2.11. Split brain notification and automatic recovery

Split brain is a situation where, due to temporary failure of all network links between cluster nodes, and possibly due to intervention by a cluster management software or human error, both nodes switched to the Primary role while disconnected. This is a potentially harmful state, as it implies that modifications to the data might have been made on either node, without having been replicated to the peer. Thus, it is likely in this situation that two diverging sets of data have been created, which cannot be trivially merged.

DRBD split brain is distinct from cluster split brain, which is the loss of all connectivity between hosts managed by a distributed cluster management application such as Heartbeat. To avoid confusion, this guide uses the following convention:

  • Split brain refers to DRBD split brain as described in the paragraph above.
  • Loss of all cluster connectivity is referred to as a cluster partition, an alternative term for cluster split brain.
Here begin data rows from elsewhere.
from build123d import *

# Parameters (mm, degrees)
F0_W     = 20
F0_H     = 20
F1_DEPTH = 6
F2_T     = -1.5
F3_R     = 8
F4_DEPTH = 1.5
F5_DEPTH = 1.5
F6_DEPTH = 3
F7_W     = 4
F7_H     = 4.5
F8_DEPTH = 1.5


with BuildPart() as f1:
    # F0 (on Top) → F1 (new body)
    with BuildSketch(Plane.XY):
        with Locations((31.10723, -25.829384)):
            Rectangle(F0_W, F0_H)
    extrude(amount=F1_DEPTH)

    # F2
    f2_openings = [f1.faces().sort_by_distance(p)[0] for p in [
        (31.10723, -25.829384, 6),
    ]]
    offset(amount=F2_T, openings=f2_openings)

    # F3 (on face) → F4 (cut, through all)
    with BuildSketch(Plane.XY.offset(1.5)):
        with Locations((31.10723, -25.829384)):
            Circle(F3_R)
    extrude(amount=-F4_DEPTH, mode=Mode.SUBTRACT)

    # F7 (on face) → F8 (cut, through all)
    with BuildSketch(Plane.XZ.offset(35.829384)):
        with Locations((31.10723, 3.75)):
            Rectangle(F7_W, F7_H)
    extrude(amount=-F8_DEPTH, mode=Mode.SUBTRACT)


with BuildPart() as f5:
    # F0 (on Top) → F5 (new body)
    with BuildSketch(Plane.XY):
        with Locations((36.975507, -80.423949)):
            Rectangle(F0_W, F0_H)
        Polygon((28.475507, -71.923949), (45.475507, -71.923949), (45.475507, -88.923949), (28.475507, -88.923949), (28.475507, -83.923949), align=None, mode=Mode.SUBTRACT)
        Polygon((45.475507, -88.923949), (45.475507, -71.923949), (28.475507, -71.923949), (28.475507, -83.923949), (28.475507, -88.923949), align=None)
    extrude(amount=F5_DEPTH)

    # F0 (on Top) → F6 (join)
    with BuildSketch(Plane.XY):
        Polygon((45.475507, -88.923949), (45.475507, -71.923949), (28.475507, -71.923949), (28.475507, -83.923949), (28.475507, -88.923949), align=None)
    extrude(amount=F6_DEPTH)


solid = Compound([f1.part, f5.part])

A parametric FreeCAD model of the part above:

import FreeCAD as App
import Part
import Sketcher

V = App.Vector


def faces_at(feature, points):
    """Names of the faces that lie closest to the given points."""
    faces = feature.Shape.Faces
    near = lambda p: min(range(len(faces)), key=lambda i: faces[i].distToShape(Part.Vertex(*p))[0])
    return sorted({f"Face{near(p) + 1}" for p in points})


def add_polygon(sketch, points):
    """Adds a closed chain of lines whose ends are joined by coincident constraints."""
    first, n = sketch.GeometryCount, len(points)
    for a, b in zip(points, points[1:] + points[:1]):
        sketch.addGeometry(Part.LineSegment(App.Vector(*a, 0), App.Vector(*b, 0)), False)
    for i in range(n):
        sketch.addConstraint(Sketcher.Constraint("Coincident", first + i, 2, first + (i + 1) % n, 1))

doc = App.newDocument("Part")
body = doc.addObject("PartDesign::Body", "Body")

# Sketch on XY plane
sketch1 = doc.addObject("Sketcher::SketchObject", "Sketch")
body.addObject(sketch1)
sketch1.AttachmentSupport = (doc.XY_Plane, [""])
sketch1.MapMode = "FlatFace"
add_polygon(sketch1, [(21.10723, -15.829384), (21.10723, -35.829384), (41.10723, -35.829384), (41.10723, -15.829384)])  # lines 0-3
sketch1.addConstraint([
    Sketcher.Constraint("Vertical", 0),
    Sketcher.Constraint("Horizontal", 1),
    Sketcher.Constraint("Vertical", 2),
    Sketcher.Constraint("Horizontal", 3),
    Sketcher.Constraint("Equal", 3, 0),
    Sketcher.Constraint("DistanceX", 1, 1, 1, 2, 20.0),
    Sketcher.Constraint("DistanceX", -1, 1, 0, 2, 21.10723),
    Sketcher.Constraint("DistanceY", 0, 2, -1, 1, 35.829384),
])
pad1 = doc.addObject("PartDesign::Pad", "Pad")
body.addObject(pad1)
pad1.Profile = sketch1
pad1.Length = 6
doc.recompute()

thickness = doc.addObject("PartDesign::Thickness", "Thickness")
body.addObject(thickness)
thickness.Base = (pad1, faces_at(pad1, [(31.107, -25.829, 6)]))
thickness.Value = 1.5
thickness.Reversed = True
thickness.Join = "Arc"

# Sketch on XY plane
sketch2 = doc.addObject("Sketcher::SketchObject", "Sketch001")
body.addObject(sketch2)
sketch2.AttachmentSupport = (doc.XY_Plane, [""])
sketch2.MapMode = "FlatFace"
sketch2.AttachmentOffset = App.Placement(V(0, 0, 1.5), App.Rotation())
sketch2.addGeometry(Part.Circle(V(31.10723, -25.829384, 0), V(0, 0, 1), 8), False)
sketch2.addConstraint([
    Sketcher.Constraint("Diameter", 0, 16.0),
    Sketcher.Constraint("DistanceX", -1, 1, 0, 3, 31.10723),
    Sketcher.Constraint("DistanceY", 0, 3, -1, 1, 25.829384),
])
pocket1 = doc.addObject("PartDesign::Pocket", "Pocket")
body.addObject(pocket1)
pocket1.Profile = sketch2
pocket1.Type = "ThroughAll"

# Sketch on XZ plane
sketch3 = doc.addObject("Sketcher::SketchObject", "Sketch002")
body.addObject(sketch3)
sketch3.AttachmentSupport = (doc.XZ_Plane, [""])
sketch3.MapMode = "FlatFace"
sketch3.AttachmentOffset = App.Placement(V(0, 0, 35.829384), App.Rotation())
add_polygon(sketch3, [(29.10723, 6), (29.10723, 1.5), (33.10723, 1.5), (33.10723, 6)])  # lines 0-3
sketch3.addConstraint([
    Sketcher.Constraint("Vertical", 0),
    Sketcher.Constraint("Horizontal", 1),
    Sketcher.Constraint("Vertical", 2),
    Sketcher.Constraint("Horizontal", 3),
    Sketcher.Constraint("DistanceX", 1, 1, 1, 2, 4.0),
    Sketcher.Constraint("DistanceY", 0, 2, 0, 1, 4.5),
    Sketcher.Constraint("DistanceY", -1, 1, 2, 2, 6.0),
    Sketcher.Constraint("DistanceX", -1, 1, 0, 2, 29.10723),
])
pocket2 = doc.addObject("PartDesign::Pocket", "Pocket001")
body.addObject(pocket2)
pocket2.Profile = sketch3
pocket2.Length = 1.5
body2 = doc.addObject("PartDesign::Body", "Body001")

# Sketch on XY plane
sketch4 = doc.addObject("Sketcher::SketchObject", "Sketch003")
body2.addObject(sketch4)
sketch4.AttachmentSupport = (doc.getObject("XY_Plane001"), [""])
sketch4.MapMode = "FlatFace"
add_polygon(sketch4, [(26.975507, -70.423949), (26.975507, -90.423949), (46.975507, -90.423949), (46.975507, -70.423949)])  # lines 0-3
sketch4.addConstraint([
    Sketcher.Constraint("Vertical", 0),
    Sketcher.Constraint("Horizontal", 1),
    Sketcher.Constraint("Vertical", 2),
    Sketcher.Constraint("Horizontal", 3),
    Sketcher.Constraint("Equal", 3, 0),
    Sketcher.Constraint("DistanceX", 1, 1, 1, 2, 20.0),
    Sketcher.Constraint("DistanceY", 0, 2, -1, 1, 90.423949),
    Sketcher.Constraint("DistanceX", -1, 1, 0, 2, 26.975507),
])
pad2 = doc.addObject("PartDesign::Pad", "Pad001")
body2.addObject(pad2)
pad2.Profile = sketch4
pad2.Length = 1.5

# Sketch on XY plane
sketch5 = doc.addObject("Sketcher::SketchObject", "Sketch004")
body2.addObject(sketch5)
sketch5.AttachmentSupport = (doc.getObject("XY_Plane001"), [""])
sketch5.MapMode = "FlatFace"
add_polygon(sketch5, [(45.475507, -88.923949), (45.475507, -71.923949), (28.475507, -71.923949), (28.475507, -88.923949)])  # lines 0-3
sketch5.addConstraint([
    Sketcher.Constraint("Vertical", 0),
    Sketcher.Constraint("Horizontal", 1),
    Sketcher.Constraint("Vertical", 2),
    Sketcher.Constraint("Horizontal", 3),
    Sketcher.Constraint("Equal", 3, 0),
    Sketcher.Constraint("DistanceX", 1, 2, 1, 1, 17.0),
    Sketcher.Constraint("DistanceY", 0, 2, -1, 1, 71.923949),
    Sketcher.Constraint("DistanceX", -1, 1, 0, 2, 45.475507),
])
pad3 = doc.addObject("PartDesign::Pad", "Pad002")
body2.addObject(pad3)
pad3.Profile = sketch5
pad3.Length = 3

doc.recompute()
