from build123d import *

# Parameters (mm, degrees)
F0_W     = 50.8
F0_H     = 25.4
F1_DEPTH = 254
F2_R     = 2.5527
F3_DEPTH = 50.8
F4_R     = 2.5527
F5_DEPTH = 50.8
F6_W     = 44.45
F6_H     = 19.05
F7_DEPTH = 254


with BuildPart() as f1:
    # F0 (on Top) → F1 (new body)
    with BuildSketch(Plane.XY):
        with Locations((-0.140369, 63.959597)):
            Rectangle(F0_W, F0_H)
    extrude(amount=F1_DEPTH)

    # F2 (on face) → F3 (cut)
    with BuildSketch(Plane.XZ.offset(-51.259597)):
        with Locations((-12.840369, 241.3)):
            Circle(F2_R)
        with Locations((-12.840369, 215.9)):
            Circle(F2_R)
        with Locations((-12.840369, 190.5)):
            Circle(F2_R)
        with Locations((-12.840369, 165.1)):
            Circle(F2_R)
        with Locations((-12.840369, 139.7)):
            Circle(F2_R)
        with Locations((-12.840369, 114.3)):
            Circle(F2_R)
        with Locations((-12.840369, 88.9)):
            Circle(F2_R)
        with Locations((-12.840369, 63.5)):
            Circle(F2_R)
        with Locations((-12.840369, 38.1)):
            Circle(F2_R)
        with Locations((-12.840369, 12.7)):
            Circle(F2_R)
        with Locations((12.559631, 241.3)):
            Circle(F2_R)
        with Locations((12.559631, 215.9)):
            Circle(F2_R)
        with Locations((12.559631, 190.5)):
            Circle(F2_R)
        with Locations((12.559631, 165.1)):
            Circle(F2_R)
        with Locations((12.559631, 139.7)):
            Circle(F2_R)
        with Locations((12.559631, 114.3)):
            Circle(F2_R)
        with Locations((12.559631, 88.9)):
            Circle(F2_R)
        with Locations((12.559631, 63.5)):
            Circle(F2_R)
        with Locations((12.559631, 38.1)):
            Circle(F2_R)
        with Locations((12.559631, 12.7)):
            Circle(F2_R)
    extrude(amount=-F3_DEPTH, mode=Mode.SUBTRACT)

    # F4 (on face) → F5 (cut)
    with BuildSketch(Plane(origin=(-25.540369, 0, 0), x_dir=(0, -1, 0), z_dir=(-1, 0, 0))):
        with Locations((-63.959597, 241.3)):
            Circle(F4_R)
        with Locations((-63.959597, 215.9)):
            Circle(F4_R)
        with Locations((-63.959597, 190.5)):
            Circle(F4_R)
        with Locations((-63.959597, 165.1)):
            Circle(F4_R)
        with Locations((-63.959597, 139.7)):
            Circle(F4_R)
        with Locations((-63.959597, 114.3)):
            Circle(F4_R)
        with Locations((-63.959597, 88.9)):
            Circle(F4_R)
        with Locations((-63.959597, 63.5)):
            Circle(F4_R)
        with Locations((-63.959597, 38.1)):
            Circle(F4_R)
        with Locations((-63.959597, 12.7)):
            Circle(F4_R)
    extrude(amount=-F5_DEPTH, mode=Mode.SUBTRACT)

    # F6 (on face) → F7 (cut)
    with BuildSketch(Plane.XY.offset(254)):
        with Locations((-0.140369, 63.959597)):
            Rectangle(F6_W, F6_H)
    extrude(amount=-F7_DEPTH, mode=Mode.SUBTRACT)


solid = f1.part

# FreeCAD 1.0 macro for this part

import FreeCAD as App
import Part
import Sketcher
from FreeCAD import Vector
Q = App.Units.Quantity

doc = App.newDocument("Part")
body = doc.addObject("PartDesign::Body", "Body")

# Sketch on XY plane
sketch1 = body.newObject("Sketcher::SketchObject", "Sketch")
sketch1.AttachmentSupport = (doc.getObject("XY_Plane"), [""])
sketch1.MapMode = "FlatFace"
sketch1.addGeometry([
    Part.LineSegment(Vector(-26, 77, 0), Vector(-26, 51, 0)),
    Part.LineSegment(Vector(-26, 51, 0), Vector(25, 51, 0)),
    Part.LineSegment(Vector(25, 51, 0), Vector(25, 77, 0)),
    Part.LineSegment(Vector(25, 77, 0), Vector(-26, 77, 0)),
], False)
sketch1.addConstraint([
    Sketcher.Constraint("Coincident", 0, 2, 1, 1),
    Sketcher.Constraint("Coincident", 1, 2, 2, 1),
    Sketcher.Constraint("Coincident", 2, 2, 3, 1),
    Sketcher.Constraint("Coincident", 3, 2, 0, 1),
    Sketcher.Constraint("Vertical", 0),
    Sketcher.Constraint("Horizontal", 1),
    Sketcher.Constraint("Vertical", 2),
    Sketcher.Constraint("Horizontal", 3),
    Sketcher.Constraint("DistanceX", 1, 1, 1, 2, Q("2 in")),
    Sketcher.Constraint("DistanceY", 0, 2, 0, 1, Q("1 in")),
    Sketcher.Constraint("DistanceX", 0, 2, -1, 1, 25.540369),
    Sketcher.Constraint("DistanceY", -1, 1, 0, 2, 51.259597),
])
pad1 = body.newObject("PartDesign::Pad", "Pad")
pad1.Profile = sketch1
pad1.Length = Q("10 in")

# Sketch on XZ plane
sketch2 = body.newObject("Sketcher::SketchObject", "Sketch001")
sketch2.AttachmentSupport = (doc.getObject("XZ_Plane"), [""])
sketch2.MapMode = "FlatFace"
sketch2.AttachmentOffset = App.Placement(Vector(0, 0, -51.259597), App.Rotation())
sketch2.addGeometry([
    Part.Circle(Vector(-12.8, 241.3, 0), Vector(0, 0, 1), 2.6),  # 0
    Part.Circle(Vector(-12.8, 215.9, 0), Vector(0, 0, 1), 2.6),  # 1
    Part.Circle(Vector(-12.8, 190.5, 0), Vector(0, 0, 1), 2.6),  # 2
    Part.Circle(Vector(-12.8, 165.1, 0), Vector(0, 0, 1), 2.6),  # 3
    Part.Circle(Vector(-12.8, 139.7, 0), Vector(0, 0, 1), 2.6),  # 4
    Part.Circle(Vector(-12.8, 114.3, 0), Vector(0, 0, 1), 2.6),  # 5
    Part.Circle(Vector(-12.8, 88.9, 0), Vector(0, 0, 1), 2.6),  # 6
    Part.Circle(Vector(-12.8, 63.5, 0), Vector(0, 0, 1), 2.6),  # 7
    Part.Circle(Vector(-12.8, 38.1, 0), Vector(0, 0, 1), 2.6),  # 8
    Part.Circle(Vector(-12.8, 12.7, 0), Vector(0, 0, 1), 2.6),  # 9
    Part.Circle(Vector(12.6, 241.3, 0), Vector(0, 0, 1), 2.6),  # 10
    Part.Circle(Vector(12.6, 215.9, 0), Vector(0, 0, 1), 2.6),  # 11
    Part.Circle(Vector(12.6, 190.5, 0), Vector(0, 0, 1), 2.6),  # 12
    Part.Circle(Vector(12.6, 165.1, 0), Vector(0, 0, 1), 2.6),  # 13
    Part.Circle(Vector(12.6, 139.7, 0), Vector(0, 0, 1), 2.6),  # 14
    Part.Circle(Vector(12.6, 114.3, 0), Vector(0, 0, 1), 2.6),  # 15
    Part.Circle(Vector(12.6, 88.9, 0), Vector(0, 0, 1), 2.6),  # 16
    Part.Circle(Vector(12.6, 63.5, 0), Vector(0, 0, 1), 2.6),  # 17
    Part.Circle(Vector(12.6, 38.1, 0), Vector(0, 0, 1), 2.6),  # 18
    Part.Circle(Vector(12.6, 12.7, 0), Vector(0, 0, 1), 2.6),  # 19
], False)
sketch2.addConstraint([
    Sketcher.Constraint("Equal", 0, 1),
    Sketcher.Constraint("Equal", 1, 2),
    Sketcher.Constraint("Equal", 2, 3),
    Sketcher.Constraint("Equal", 3, 4),
    Sketcher.Constraint("Equal", 4, 5),
    Sketcher.Constraint("Equal", 5, 6),
    Sketcher.Constraint("Equal", 6, 7),
    Sketcher.Constraint("Equal", 7, 8),
    Sketcher.Constraint("Equal", 8, 9),
    Sketcher.Constraint("Equal", 9, 10),
    Sketcher.Constraint("Equal", 10, 11),
    Sketcher.Constraint("Equal", 11, 12),
    Sketcher.Constraint("Equal", 12, 13),
    Sketcher.Constraint("Equal", 13, 14),
    Sketcher.Constraint("Equal", 14, 15),
    Sketcher.Constraint("Equal", 15, 16),
    Sketcher.Constraint("Equal", 16, 17),
    Sketcher.Constraint("Equal", 17, 18),
    Sketcher.Constraint("Equal", 18, 19),
    Sketcher.Constraint("Horizontal", 0, 3, 10, 3),
    Sketcher.Constraint("Horizontal", 1, 3, 11, 3),
    Sketcher.Constraint("Horizontal", 2, 3, 12, 3),
    Sketcher.Constraint("Horizontal", 3, 3, 13, 3),
    Sketcher.Constraint("Horizontal", 4, 3, 14, 3),
    Sketcher.Constraint("Horizontal", 5, 3, 15, 3),
    Sketcher.Constraint("Horizontal", 6, 3, 16, 3),
    Sketcher.Constraint("Horizontal", 7, 3, 17, 3),
    Sketcher.Constraint("Horizontal", 8, 3, 18, 3),
    Sketcher.Constraint("Horizontal", 9, 3, 19, 3),
    Sketcher.Constraint("Vertical", 0, 3, 1, 3),
    Sketcher.Constraint("Vertical", 1, 3, 2, 3),
    Sketcher.Constraint("Vertical", 2, 3, 3, 3),
    Sketcher.Constraint("Vertical", 3, 3, 4, 3),
    Sketcher.Constraint("Vertical", 4, 3, 5, 3),
    Sketcher.Constraint("Vertical", 5, 3, 6, 3),
    Sketcher.Constraint("Vertical", 6, 3, 7, 3),
    Sketcher.Constraint("Vertical", 7, 3, 8, 3),
    Sketcher.Constraint("Vertical", 8, 3, 9, 3),
    Sketcher.Constraint("Vertical", 10, 3, 11, 3),
    Sketcher.Constraint("Vertical", 11, 3, 12, 3),
    Sketcher.Constraint("Vertical", 12, 3, 13, 3),
    Sketcher.Constraint("Vertical", 13, 3, 14, 3),
    Sketcher.Constraint("Vertical", 14, 3, 15, 3),
    Sketcher.Constraint("Vertical", 15, 3, 16, 3),
    Sketcher.Constraint("Vertical", 16, 3, 17, 3),
    Sketcher.Constraint("Vertical", 17, 3, 18, 3),
    Sketcher.Constraint("Vertical", 18, 3, 19, 3),
    Sketcher.Constraint("Diameter", 0, Q("0.201 in")),
    Sketcher.Constraint("DistanceY", 1, 3, 0, 3, Q("1 in")),
    Sketcher.Constraint("DistanceY", 2, 3, 1, 3, Q("1 in")),
    Sketcher.Constraint("DistanceY", 3, 3, 2, 3, Q("1 in")),
    Sketcher.Constraint("DistanceY", 4, 3, 3, 3, Q("1 in")),
    Sketcher.Constraint("DistanceY", 5, 3, 4, 3, Q("1 in")),
    Sketcher.Constraint("DistanceY", 6, 3, 5, 3, Q("1 in")),
    Sketcher.Constraint("DistanceY", 7, 3, 6, 3, Q("1 in")),
    Sketcher.Constraint("DistanceY", 8, 3, 7, 3, Q("1 in")),
    Sketcher.Constraint("DistanceY", 9, 3, 8, 3, Q("1 in")),
    Sketcher.Constraint("DistanceX", 0, 3, 10, 3, Q("1 in")),
    Sketcher.Constraint("DistanceY", -1, 1, 0, 3, Q("9.5 in")),
    Sketcher.Constraint("DistanceX", 0, 3, -1, 1, 12.840369),
])
pocket1 = body.newObject("PartDesign::Pocket", "Pocket")
pocket1.Profile = sketch2
pocket1.Length = Q("2 in")

# Sketch on YZ plane
sketch3 = body.newObject("Sketcher::SketchObject", "Sketch002")
sketch3.AttachmentSupport = (doc.getObject("YZ_Plane"), [""])
sketch3.MapMode = "FlatFace"
sketch3.AttachmentOffset = App.Placement(Vector(0, 0, -25.540369), App.Rotation())
sketch3.addGeometry([
    Part.Circle(Vector(64, 241.3, 0), Vector(0, 0, 1), 2.6),  # 0
    Part.Circle(Vector(64, 215.9, 0), Vector(0, 0, 1), 2.6),  # 1
    Part.Circle(Vector(64, 190.5, 0), Vector(0, 0, 1), 2.6),  # 2
    Part.Circle(Vector(64, 165.1, 0), Vector(0, 0, 1), 2.6),  # 3
    Part.Circle(Vector(64, 139.7, 0), Vector(0, 0, 1), 2.6),  # 4
    Part.Circle(Vector(64, 114.3, 0), Vector(0, 0, 1), 2.6),  # 5
    Part.Circle(Vector(64, 88.9, 0), Vector(0, 0, 1), 2.6),  # 6
    Part.Circle(Vector(64, 63.5, 0), Vector(0, 0, 1), 2.6),  # 7
    Part.Circle(Vector(64, 38.1, 0), Vector(0, 0, 1), 2.6),  # 8
    Part.Circle(Vector(64, 12.7, 0), Vector(0, 0, 1), 2.6),  # 9
], False)
sketch3.addConstraint([
    Sketcher.Constraint("Equal", 0, 1),
    Sketcher.Constraint("Equal", 1, 2),
    Sketcher.Constraint("Equal", 2, 3),
    Sketcher.Constraint("Equal", 3, 4),
    Sketcher.Constraint("Equal", 4, 5),
    Sketcher.Constraint("Equal", 5, 6),
    Sketcher.Constraint("Equal", 6, 7),
    Sketcher.Constraint("Equal", 7, 8),
    Sketcher.Constraint("Equal", 8, 9),
    Sketcher.Constraint("Vertical", 0, 3, 1, 3),
    Sketcher.Constraint("Vertical", 1, 3, 2, 3),
    Sketcher.Constraint("Vertical", 2, 3, 3, 3),
    Sketcher.Constraint("Vertical", 3, 3, 4, 3),
    Sketcher.Constraint("Vertical", 4, 3, 5, 3),
    Sketcher.Constraint("Vertical", 5, 3, 6, 3),
    Sketcher.Constraint("Vertical", 6, 3, 7, 3),
    Sketcher.Constraint("Vertical", 7, 3, 8, 3),
    Sketcher.Constraint("Vertical", 8, 3, 9, 3),
    Sketcher.Constraint("Diameter", 0, Q("0.201 in")),
    Sketcher.Constraint("DistanceY", 1, 3, 0, 3, Q("1 in")),
    Sketcher.Constraint("DistanceY", 2, 3, 1, 3, Q("1 in")),
    Sketcher.Constraint("DistanceY", 3, 3, 2, 3, Q("1 in")),
    Sketcher.Constraint("DistanceY", 4, 3, 3, 3, Q("1 in")),
    Sketcher.Constraint("DistanceY", 5, 3, 4, 3, Q("1 in")),
    Sketcher.Constraint("DistanceY", 6, 3, 5, 3, Q("1 in")),
    Sketcher.Constraint("DistanceY", 7, 3, 6, 3, Q("1 in")),
    Sketcher.Constraint("DistanceY", 8, 3, 7, 3, Q("1 in")),
    Sketcher.Constraint("DistanceY", 9, 3, 8, 3, Q("1 in")),
    Sketcher.Constraint("DistanceY", -1, 1, 0, 3, Q("9.5 in")),
    Sketcher.Constraint("DistanceX", -1, 1, 0, 3, 63.959597),
])
pocket2 = body.newObject("PartDesign::Pocket", "Pocket001")
pocket2.Profile = sketch3
pocket2.Length = Q("2 in")
pocket2.Reversed = True

# Sketch on XY plane
sketch4 = body.newObject("Sketcher::SketchObject", "Sketch003")
sketch4.AttachmentSupport = (doc.getObject("XY_Plane"), [""])
sketch4.MapMode = "FlatFace"
sketch4.AttachmentOffset = App.Placement(Vector(0, 0, 10 * 25.4), App.Rotation())
sketch4.addGeometry([
    Part.LineSegment(Vector(-22, 73, 0), Vector(-22, 54, 0)),
    Part.LineSegment(Vector(-22, 54, 0), Vector(22, 54, 0)),
    Part.LineSegment(Vector(22, 54, 0), Vector(22, 73, 0)),
    Part.LineSegment(Vector(22, 73, 0), Vector(-22, 73, 0)),
], False)
sketch4.addConstraint([
    Sketcher.Constraint("Coincident", 0, 2, 1, 1),
    Sketcher.Constraint("Coincident", 1, 2, 2, 1),
    Sketcher.Constraint("Coincident", 2, 2, 3, 1),
    Sketcher.Constraint("Coincident", 3, 2, 0, 1),
    Sketcher.Constraint("Vertical", 0),
    Sketcher.Constraint("Horizontal", 1),
    Sketcher.Constraint("Vertical", 2),
    Sketcher.Constraint("Horizontal", 3),
    Sketcher.Constraint("DistanceX", 1, 1, 1, 2, Q("1.75 in")),
    Sketcher.Constraint("DistanceY", 0, 2, 0, 1, Q("0.75 in")),
    Sketcher.Constraint("DistanceX", 0, 2, -1, 1, 22.365369),
    Sketcher.Constraint("DistanceY", -1, 1, 0, 2, 54.434597),
])
pocket3 = body.newObject("PartDesign::Pocket", "Pocket002")
pocket3.Profile = sketch4
pocket3.Length = Q("10 in")

doc.recompute()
DRBD allows for automatic operator notification (by email or other means) when it detects split brain. See Section 5.17.1, “Split brain notification” for details on how to configure this feature.

While the recommended course of action in this scenario is to manually resolve the split brain and then eliminate its root cause, it may be desirable, in some cases, to automate the process. DRBD has several resolution algorithms available for doing so:

  • Discarding modifications made on the younger primary. In this mode, when the network connection is re-established and split brain is discovered, DRBD will discard modifications made, in the meantime, on the node which switched to the primary role last.
  • Discarding modifications made on the older primary. In this mode, DRBD will discard modifications made, in the meantime, on the node which switched to the primary role first.
  • Discarding modifications on the primary with fewer changes. In this mode, DRBD will check which of the two nodes has recorded fewer modifications, and will then discard all modifications made on that host.
  • Graceful recovery from split brain if one host has had no intermediate changes. In this mode, if one of the hosts has made no modifications at all during split brain, DRBD will simply recover gracefully and declare the split brain resolved. Note that this is a fairly unlikely scenario. Even if both hosts only mounted the file system on the DRBD block device (even read-only), the device contents typically would be modified (eg. by filesystem journal replay), ruling out the possibility of automatic recovery.

Whether or not automatic split brain recovery is acceptable depends largely on the individual application. Consider the example of DRBD hosting a database. The discard modifications from host with fewer changes approach may be fine for a web application click-through database. By contrast, it may be totally unacceptable to automatically discard any modifications made to a financial database, requiring manual recovery in any split brain event. Consider your application’s requirements carefully before enabling automatic split brain recovery.

Refer to Section 5.17.2, “Automatic split brain recovery policies” for details on configuring DRBD’s automatic split brain recovery policies.